TASK BRIEF. The data below holds the lines to copy: everything from the line containing "#18=AXIS2_PLACEMENT_3D('',#15,#16,#17);" to the line containing "#42=CARTESIAN_POINT('',(0.,0.,0.));", both ends included, set down exactly.

· · · · ·

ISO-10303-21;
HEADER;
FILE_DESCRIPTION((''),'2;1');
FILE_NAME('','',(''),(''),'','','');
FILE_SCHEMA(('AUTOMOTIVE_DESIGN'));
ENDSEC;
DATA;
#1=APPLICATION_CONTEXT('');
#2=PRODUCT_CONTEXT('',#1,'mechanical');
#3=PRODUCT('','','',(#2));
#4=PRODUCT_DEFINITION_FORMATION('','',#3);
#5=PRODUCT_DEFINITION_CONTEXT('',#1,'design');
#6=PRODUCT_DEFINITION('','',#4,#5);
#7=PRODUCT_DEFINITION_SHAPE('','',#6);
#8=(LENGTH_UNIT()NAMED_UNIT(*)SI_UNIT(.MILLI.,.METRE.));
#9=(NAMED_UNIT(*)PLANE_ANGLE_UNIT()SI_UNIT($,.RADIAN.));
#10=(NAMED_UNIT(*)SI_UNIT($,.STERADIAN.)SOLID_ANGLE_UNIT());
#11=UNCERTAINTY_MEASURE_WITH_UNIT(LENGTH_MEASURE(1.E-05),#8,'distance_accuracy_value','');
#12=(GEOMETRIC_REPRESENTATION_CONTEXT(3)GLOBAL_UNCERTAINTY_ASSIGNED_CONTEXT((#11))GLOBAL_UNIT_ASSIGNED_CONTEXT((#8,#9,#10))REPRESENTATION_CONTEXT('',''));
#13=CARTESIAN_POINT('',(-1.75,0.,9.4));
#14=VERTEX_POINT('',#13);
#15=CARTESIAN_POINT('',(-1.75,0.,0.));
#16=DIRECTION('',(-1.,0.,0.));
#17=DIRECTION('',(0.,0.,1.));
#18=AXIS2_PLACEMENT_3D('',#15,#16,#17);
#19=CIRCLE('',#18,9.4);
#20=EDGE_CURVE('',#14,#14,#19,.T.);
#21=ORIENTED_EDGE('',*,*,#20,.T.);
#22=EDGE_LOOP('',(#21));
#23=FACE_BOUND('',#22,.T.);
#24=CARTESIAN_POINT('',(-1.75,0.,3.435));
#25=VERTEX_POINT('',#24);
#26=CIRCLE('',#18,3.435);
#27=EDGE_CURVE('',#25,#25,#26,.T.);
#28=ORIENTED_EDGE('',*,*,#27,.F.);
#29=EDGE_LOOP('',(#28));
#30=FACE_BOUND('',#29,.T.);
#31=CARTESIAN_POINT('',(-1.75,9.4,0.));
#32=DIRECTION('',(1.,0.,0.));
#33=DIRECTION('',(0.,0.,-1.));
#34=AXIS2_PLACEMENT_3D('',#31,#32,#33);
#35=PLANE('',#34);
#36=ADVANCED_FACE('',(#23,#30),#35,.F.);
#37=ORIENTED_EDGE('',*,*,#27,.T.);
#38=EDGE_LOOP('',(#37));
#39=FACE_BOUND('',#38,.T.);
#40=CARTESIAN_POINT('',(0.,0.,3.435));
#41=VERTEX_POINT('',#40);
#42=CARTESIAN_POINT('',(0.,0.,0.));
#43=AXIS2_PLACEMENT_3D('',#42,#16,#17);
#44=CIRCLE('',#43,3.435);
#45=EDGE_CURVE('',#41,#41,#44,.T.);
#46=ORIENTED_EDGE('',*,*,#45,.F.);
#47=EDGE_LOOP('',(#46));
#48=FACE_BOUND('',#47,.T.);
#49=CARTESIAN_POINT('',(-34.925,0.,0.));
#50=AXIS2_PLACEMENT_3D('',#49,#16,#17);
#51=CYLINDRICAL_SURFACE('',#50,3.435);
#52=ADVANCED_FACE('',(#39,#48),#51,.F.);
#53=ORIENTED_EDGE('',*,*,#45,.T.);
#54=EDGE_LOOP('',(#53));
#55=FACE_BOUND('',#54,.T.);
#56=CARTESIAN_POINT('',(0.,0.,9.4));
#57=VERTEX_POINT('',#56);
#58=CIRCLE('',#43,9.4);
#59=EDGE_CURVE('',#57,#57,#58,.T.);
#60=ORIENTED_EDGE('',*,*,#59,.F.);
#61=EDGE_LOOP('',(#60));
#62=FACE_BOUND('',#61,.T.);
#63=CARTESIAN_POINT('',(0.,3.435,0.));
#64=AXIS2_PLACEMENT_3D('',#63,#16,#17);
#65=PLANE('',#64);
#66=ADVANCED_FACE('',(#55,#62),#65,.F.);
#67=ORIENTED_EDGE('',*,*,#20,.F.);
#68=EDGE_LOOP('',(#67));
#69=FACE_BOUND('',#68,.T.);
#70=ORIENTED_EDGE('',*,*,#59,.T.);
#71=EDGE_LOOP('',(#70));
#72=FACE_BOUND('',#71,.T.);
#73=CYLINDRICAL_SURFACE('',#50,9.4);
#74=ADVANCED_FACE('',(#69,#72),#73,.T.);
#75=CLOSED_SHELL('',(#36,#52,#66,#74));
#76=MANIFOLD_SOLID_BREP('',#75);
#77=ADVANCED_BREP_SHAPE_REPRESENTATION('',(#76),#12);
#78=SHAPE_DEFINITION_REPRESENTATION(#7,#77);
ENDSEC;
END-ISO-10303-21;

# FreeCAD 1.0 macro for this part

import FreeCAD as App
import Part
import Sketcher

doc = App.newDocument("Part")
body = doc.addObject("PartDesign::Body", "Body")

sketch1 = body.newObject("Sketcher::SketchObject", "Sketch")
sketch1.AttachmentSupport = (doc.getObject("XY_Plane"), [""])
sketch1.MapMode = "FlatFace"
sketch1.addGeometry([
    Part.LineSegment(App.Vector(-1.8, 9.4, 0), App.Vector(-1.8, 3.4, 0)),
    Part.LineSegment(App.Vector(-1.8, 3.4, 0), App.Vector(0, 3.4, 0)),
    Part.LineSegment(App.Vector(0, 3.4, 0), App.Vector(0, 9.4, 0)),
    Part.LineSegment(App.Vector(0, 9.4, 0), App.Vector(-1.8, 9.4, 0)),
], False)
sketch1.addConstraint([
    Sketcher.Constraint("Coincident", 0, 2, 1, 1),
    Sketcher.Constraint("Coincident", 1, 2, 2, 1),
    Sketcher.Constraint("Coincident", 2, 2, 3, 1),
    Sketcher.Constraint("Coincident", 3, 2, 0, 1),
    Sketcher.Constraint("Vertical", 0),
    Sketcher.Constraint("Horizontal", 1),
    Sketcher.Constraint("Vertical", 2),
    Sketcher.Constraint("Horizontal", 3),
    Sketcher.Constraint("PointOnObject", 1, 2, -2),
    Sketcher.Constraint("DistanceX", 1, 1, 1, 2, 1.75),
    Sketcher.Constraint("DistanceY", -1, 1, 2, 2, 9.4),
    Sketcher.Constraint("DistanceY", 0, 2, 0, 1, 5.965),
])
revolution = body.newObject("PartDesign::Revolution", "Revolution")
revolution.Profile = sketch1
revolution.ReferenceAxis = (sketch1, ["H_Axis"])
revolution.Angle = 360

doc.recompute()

· · · · ·

ANSWER TO THE EXERCISE.
#18=AXIS2_PLACEMENT_3D('',#15,#16,#17);
#19=CIRCLE('',#18,9.4);
#20=EDGE_CURVE('',#14,#14,#19,.T.);
#21=ORIENTED_EDGE('',*,*,#20,.T.);
#22=EDGE_LOOP('',(#21));
#23=FACE_BOUND('',#22,.T.);
#24=CARTESIAN_POINT('',(-1.75,0.,3.435));
#25=VERTEX_POINT('',#24);
#26=CIRCLE('',#18,3.435);
#27=EDGE_CURVE('',#25,#25,#26,.T.);
#28=ORIENTED_EDGE('',*,*,#27,.F.);
#29=EDGE_LOOP('',(#28));
#30=FACE_BOUND('',#29,.T.);
#31=CARTESIAN_POINT('',(-1.75,9.4,0.));
#32=DIRECTION('',(1.,0.,0.));
#33=DIRECTION('',(0.,0.,-1.));
#34=AXIS2_PLACEMENT_3D('',#31,#32,#33);
#35=PLANE('',#34);
#36=ADVANCED_FACE('',(#23,#30),#35,.F.);
#37=ORIENTED_EDGE('',*,*,#27,.T.);
#38=EDGE_LOOP('',(#37));
#39=FACE_BOUND('',#38,.T.);
#40=CARTESIAN_POINT('',(0.,0.,3.435));
#41=VERTEX_POINT('',#40);
#42=CARTESIAN_POINT('',(0.,0.,0.));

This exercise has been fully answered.